Items listed in a dataset:
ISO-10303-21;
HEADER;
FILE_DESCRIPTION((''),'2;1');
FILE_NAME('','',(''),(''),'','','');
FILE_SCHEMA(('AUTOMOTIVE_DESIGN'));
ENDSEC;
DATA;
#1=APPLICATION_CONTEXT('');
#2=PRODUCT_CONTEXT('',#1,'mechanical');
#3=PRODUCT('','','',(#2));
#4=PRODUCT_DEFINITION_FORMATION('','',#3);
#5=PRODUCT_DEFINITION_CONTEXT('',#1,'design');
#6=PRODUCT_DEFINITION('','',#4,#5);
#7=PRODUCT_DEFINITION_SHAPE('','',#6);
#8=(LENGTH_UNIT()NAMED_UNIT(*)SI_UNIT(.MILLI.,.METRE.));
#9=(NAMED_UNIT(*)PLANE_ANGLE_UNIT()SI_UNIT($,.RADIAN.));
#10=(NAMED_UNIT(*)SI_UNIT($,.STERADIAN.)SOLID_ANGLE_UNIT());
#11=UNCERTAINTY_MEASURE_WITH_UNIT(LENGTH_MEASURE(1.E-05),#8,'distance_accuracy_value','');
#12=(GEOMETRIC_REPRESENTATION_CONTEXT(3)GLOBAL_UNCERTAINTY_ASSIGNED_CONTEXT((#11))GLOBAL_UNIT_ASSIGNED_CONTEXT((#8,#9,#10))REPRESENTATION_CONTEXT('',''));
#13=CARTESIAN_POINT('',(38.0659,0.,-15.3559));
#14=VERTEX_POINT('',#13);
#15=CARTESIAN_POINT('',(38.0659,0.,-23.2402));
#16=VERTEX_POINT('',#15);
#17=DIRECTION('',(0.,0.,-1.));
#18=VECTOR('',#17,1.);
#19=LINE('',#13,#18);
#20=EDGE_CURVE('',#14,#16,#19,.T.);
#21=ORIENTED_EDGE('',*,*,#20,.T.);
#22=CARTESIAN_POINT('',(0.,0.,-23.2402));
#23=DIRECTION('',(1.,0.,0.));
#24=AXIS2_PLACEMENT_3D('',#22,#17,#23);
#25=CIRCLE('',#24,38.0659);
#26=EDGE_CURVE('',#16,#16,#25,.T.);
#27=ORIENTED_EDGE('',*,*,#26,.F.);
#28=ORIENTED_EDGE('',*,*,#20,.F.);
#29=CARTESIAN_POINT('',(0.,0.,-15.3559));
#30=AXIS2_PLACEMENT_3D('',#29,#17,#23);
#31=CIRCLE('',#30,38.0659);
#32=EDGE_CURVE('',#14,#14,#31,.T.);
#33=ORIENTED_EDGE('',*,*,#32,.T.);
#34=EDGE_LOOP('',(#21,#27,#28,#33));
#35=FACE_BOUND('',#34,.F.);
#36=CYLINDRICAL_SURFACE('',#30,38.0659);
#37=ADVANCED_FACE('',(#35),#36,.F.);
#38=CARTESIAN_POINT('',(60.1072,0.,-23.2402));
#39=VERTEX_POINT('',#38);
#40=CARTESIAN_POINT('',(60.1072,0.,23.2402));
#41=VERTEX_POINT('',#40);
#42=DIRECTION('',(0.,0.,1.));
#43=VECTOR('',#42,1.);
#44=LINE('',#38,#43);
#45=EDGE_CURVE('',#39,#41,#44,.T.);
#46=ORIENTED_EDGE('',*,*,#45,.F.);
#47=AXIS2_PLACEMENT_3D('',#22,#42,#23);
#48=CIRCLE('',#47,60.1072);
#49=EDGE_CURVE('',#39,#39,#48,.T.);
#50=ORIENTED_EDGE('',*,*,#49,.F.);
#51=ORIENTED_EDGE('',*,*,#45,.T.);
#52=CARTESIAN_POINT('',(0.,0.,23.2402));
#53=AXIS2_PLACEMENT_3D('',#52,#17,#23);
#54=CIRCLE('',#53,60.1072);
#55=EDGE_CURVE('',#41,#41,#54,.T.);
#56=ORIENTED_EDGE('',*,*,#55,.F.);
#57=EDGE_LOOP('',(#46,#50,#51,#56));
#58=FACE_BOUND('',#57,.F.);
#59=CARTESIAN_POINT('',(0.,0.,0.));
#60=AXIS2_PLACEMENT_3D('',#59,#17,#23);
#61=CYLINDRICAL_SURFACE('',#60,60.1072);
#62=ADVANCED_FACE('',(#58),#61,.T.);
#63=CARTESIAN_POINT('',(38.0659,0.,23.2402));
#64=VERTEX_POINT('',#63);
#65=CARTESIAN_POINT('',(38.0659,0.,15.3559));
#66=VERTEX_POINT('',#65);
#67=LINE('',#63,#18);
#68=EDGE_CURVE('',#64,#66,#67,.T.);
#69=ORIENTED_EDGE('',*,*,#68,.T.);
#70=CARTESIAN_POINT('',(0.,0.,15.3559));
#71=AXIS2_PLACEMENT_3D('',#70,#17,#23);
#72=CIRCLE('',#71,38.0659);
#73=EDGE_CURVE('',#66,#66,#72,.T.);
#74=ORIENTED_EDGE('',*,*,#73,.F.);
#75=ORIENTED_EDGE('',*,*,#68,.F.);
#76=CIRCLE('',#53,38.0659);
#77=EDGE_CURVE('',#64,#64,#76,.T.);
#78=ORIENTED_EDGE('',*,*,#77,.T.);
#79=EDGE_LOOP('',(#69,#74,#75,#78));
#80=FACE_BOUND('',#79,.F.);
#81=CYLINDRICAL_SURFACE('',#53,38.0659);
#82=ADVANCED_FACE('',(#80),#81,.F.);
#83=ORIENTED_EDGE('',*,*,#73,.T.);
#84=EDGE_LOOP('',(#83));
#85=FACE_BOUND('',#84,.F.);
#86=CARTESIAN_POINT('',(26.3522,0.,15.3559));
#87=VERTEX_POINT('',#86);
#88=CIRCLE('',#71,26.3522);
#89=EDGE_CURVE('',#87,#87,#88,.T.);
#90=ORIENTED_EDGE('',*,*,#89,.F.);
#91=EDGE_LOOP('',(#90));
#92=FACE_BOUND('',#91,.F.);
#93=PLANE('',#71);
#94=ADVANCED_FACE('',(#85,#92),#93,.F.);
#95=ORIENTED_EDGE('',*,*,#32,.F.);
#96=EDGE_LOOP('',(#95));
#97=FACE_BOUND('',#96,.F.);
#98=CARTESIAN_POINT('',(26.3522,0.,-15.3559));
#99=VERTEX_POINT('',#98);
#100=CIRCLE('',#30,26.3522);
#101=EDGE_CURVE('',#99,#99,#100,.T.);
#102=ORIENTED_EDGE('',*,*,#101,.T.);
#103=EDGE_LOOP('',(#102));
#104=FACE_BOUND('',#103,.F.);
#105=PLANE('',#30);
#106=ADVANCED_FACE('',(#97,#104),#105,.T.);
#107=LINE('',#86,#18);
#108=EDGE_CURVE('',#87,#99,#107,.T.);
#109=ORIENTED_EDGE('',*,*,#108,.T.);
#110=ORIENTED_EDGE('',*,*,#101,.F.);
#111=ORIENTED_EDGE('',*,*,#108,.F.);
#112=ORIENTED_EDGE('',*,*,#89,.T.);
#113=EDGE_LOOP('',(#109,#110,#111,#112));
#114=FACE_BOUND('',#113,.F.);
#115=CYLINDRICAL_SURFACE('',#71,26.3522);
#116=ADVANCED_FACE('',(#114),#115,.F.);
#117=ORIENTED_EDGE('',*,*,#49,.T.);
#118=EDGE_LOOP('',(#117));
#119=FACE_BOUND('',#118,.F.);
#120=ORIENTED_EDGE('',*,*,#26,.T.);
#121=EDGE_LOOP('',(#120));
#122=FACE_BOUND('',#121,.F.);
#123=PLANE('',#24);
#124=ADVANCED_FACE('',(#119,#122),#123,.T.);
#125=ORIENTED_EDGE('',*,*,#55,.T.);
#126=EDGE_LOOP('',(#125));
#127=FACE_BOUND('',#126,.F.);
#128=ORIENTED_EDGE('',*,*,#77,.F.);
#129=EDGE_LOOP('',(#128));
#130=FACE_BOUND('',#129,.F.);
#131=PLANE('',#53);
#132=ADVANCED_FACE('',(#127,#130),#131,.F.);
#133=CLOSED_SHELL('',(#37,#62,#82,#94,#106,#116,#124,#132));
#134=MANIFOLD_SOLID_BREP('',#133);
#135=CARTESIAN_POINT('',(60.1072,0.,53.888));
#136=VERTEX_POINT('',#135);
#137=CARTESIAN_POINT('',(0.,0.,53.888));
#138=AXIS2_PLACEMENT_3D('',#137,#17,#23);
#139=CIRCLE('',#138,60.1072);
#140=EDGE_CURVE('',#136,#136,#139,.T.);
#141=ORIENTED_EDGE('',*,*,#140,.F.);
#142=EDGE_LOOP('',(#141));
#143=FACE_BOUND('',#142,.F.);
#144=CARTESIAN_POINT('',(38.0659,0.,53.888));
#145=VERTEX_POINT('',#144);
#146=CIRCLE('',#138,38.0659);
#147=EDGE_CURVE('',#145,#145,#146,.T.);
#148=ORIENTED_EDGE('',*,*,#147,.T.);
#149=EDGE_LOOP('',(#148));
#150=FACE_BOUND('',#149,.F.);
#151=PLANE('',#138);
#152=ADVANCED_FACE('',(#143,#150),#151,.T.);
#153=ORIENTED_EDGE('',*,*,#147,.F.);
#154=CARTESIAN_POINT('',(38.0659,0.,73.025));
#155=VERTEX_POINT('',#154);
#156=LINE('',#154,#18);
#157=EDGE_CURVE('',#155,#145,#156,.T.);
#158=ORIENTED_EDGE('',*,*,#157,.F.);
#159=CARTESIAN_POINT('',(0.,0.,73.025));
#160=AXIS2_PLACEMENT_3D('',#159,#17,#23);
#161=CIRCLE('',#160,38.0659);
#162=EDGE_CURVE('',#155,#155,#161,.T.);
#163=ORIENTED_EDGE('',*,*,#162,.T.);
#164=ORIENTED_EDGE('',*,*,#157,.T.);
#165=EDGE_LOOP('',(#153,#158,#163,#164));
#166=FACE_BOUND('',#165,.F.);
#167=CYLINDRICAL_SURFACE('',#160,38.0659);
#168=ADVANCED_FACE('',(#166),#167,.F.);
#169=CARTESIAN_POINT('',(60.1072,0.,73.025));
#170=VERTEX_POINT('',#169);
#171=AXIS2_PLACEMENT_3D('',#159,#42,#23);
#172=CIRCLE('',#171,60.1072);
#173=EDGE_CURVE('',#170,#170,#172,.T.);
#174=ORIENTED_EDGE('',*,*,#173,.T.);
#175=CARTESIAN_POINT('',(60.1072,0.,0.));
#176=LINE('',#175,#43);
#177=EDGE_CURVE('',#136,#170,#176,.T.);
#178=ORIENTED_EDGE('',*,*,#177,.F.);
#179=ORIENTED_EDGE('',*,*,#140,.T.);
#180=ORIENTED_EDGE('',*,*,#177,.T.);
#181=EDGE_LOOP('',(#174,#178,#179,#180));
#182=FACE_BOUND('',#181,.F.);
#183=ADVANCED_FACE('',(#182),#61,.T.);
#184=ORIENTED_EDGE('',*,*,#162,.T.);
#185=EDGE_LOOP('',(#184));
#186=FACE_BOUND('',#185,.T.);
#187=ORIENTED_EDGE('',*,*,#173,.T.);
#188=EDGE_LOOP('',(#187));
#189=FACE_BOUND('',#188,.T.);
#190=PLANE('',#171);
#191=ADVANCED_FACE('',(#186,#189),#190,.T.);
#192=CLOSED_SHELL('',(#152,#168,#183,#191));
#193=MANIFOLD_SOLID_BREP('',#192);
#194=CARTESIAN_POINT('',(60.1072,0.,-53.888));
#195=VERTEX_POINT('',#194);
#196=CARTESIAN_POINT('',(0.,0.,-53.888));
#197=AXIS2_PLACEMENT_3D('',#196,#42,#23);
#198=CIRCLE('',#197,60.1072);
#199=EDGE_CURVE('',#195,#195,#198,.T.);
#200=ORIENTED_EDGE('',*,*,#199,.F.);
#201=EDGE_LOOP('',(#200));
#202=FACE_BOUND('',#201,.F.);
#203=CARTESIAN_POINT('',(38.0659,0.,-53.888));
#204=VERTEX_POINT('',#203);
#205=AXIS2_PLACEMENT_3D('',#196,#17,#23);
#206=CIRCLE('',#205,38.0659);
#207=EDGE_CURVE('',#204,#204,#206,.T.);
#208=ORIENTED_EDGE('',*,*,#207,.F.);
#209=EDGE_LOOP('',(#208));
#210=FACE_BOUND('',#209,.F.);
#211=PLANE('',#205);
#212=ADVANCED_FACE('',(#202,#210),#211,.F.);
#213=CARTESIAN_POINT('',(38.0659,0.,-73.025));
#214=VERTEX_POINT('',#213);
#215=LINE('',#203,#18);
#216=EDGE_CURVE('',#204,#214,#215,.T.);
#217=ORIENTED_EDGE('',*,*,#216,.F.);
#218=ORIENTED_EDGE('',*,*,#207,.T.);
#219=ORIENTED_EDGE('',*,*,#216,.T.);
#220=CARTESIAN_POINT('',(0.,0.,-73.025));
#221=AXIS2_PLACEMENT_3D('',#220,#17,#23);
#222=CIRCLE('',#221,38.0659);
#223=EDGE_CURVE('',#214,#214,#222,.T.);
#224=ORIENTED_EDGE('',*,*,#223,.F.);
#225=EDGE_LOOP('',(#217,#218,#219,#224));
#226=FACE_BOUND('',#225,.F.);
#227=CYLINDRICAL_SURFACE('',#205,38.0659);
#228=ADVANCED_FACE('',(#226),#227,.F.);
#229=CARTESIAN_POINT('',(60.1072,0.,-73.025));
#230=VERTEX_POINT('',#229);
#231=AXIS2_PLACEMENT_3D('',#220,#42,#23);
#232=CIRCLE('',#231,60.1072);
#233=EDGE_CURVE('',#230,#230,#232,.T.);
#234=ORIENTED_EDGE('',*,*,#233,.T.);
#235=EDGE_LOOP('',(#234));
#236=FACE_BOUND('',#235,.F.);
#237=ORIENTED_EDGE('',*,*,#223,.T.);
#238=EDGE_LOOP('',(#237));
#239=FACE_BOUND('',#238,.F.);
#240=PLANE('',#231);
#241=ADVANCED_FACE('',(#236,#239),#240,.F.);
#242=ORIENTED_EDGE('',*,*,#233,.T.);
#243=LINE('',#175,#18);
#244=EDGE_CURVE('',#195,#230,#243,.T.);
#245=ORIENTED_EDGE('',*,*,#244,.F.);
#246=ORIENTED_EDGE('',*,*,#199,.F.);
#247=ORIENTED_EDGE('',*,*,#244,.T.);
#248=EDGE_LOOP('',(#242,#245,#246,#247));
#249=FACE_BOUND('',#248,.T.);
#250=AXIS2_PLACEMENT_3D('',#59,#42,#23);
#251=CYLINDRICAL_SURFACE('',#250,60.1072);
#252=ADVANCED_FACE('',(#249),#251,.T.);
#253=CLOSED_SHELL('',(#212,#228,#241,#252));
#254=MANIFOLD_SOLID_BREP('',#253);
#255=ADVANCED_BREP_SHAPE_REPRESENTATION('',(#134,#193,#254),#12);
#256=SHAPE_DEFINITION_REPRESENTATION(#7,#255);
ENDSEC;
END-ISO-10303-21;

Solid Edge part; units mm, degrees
sketch "Sketch1" plane through (0, 0, 0) normal (0, 0, 1) x (1, 0, 0)
  circle A0 centre (0, 0) radius 60.1072
extrude "Protrusion1" add sketch "Sketch1" along normal mid plane 146.05
sketch "Sketch2" plane through (0, 0, 0) normal (0, -1, 0) x (1, 0, 0)
  line L0 (38.0659, -53.888) -> (38.0659, -73.025)
  line L1 (73.4759, -53.888) -> (38.0659, -53.888)
  line L2 (73.4759, -23.2402) -> (73.4759, -53.888)
  line L3 (38.0659, -23.2402) -> (73.4759, -23.2402)
  line L4 (38.0659, -15.3559) -> (38.0659, -23.2402)
  line L5 (26.3522, -15.3559) -> (38.0659, -15.3559)
  line L6 (26.3522, 15.3559) -> (26.3522, -15.3559)
  line L7 (38.0659, 15.3559) -> (26.3522, 15.3559)
  line L8 (38.0659, 23.2402) -> (38.0659, 15.3559)
  line L9 (73.4759, 23.2402) -> (38.0659, 23.2402)
  line L10 (73.4759, 53.888) -> (73.4759, 23.2402)
  line L11 (38.0659, 53.888) -> (73.4759, 53.888)
  line L12 (38.0659, 73.025) -> (38.0659, 53.888)
revolve "RevolvedCutout1" cut sketch "Sketch2" angle 360 about axis through (0, 0, 73.025) along (0, 0, -1) material side at (38.0159, 0, -63.4565)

◆ **YOUR GOAL**:
When you reach the line holding "#40=CARTESIAN_POINT('',(60.1072,0.,23.2402));" in the records above, begin reproducing exactly, stop after the line holding "#71=AXIS2_PLACEMENT_3D('',#70,#17,#23);", and output nothing else.

◆ **RESULT**:
#40=CARTESIAN_POINT('',(60.1072,0.,23.2402));
#41=VERTEX_POINT('',#40);
#42=DIRECTION('',(0.,0.,1.));
#43=VECTOR('',#42,1.);
#44=LINE('',#38,#43);
#45=EDGE_CURVE('',#39,#41,#44,.T.);
#46=ORIENTED_EDGE('',*,*,#45,.F.);
#47=AXIS2_PLACEMENT_3D('',#22,#42,#23);
#48=CIRCLE('',#47,60.1072);
#49=EDGE_CURVE('',#39,#39,#48,.T.);
#50=ORIENTED_EDGE('',*,*,#49,.F.);
#51=ORIENTED_EDGE('',*,*,#45,.T.);
#52=CARTESIAN_POINT('',(0.,0.,23.2402));
#53=AXIS2_PLACEMENT_3D('',#52,#17,#23);
#54=CIRCLE('',#53,60.1072);
#55=EDGE_CURVE('',#41,#41,#54,.T.);
#56=ORIENTED_EDGE('',*,*,#55,.F.);
#57=EDGE_LOOP('',(#46,#50,#51,#56));
#58=FACE_BOUND('',#57,.F.);
#59=CARTESIAN_POINT('',(0.,0.,0.));
#60=AXIS2_PLACEMENT_3D('',#59,#17,#23);
#61=CYLINDRICAL_SURFACE('',#60,60.1072);
#62=ADVANCED_FACE('',(#58),#61,.T.);
#63=CARTESIAN_POINT('',(38.0659,0.,23.2402));
#64=VERTEX_POINT('',#63);
#65=CARTESIAN_POINT('',(38.0659,0.,15.3559));
#66=VERTEX_POINT('',#65);
#67=LINE('',#63,#18);
#68=EDGE_CURVE('',#64,#66,#67,.T.);
#69=ORIENTED_EDGE('',*,*,#68,.T.);
#70=CARTESIAN_POINT('',(0.,0.,15.3559));
#71=AXIS2_PLACEMENT_3D('',#70,#17,#23);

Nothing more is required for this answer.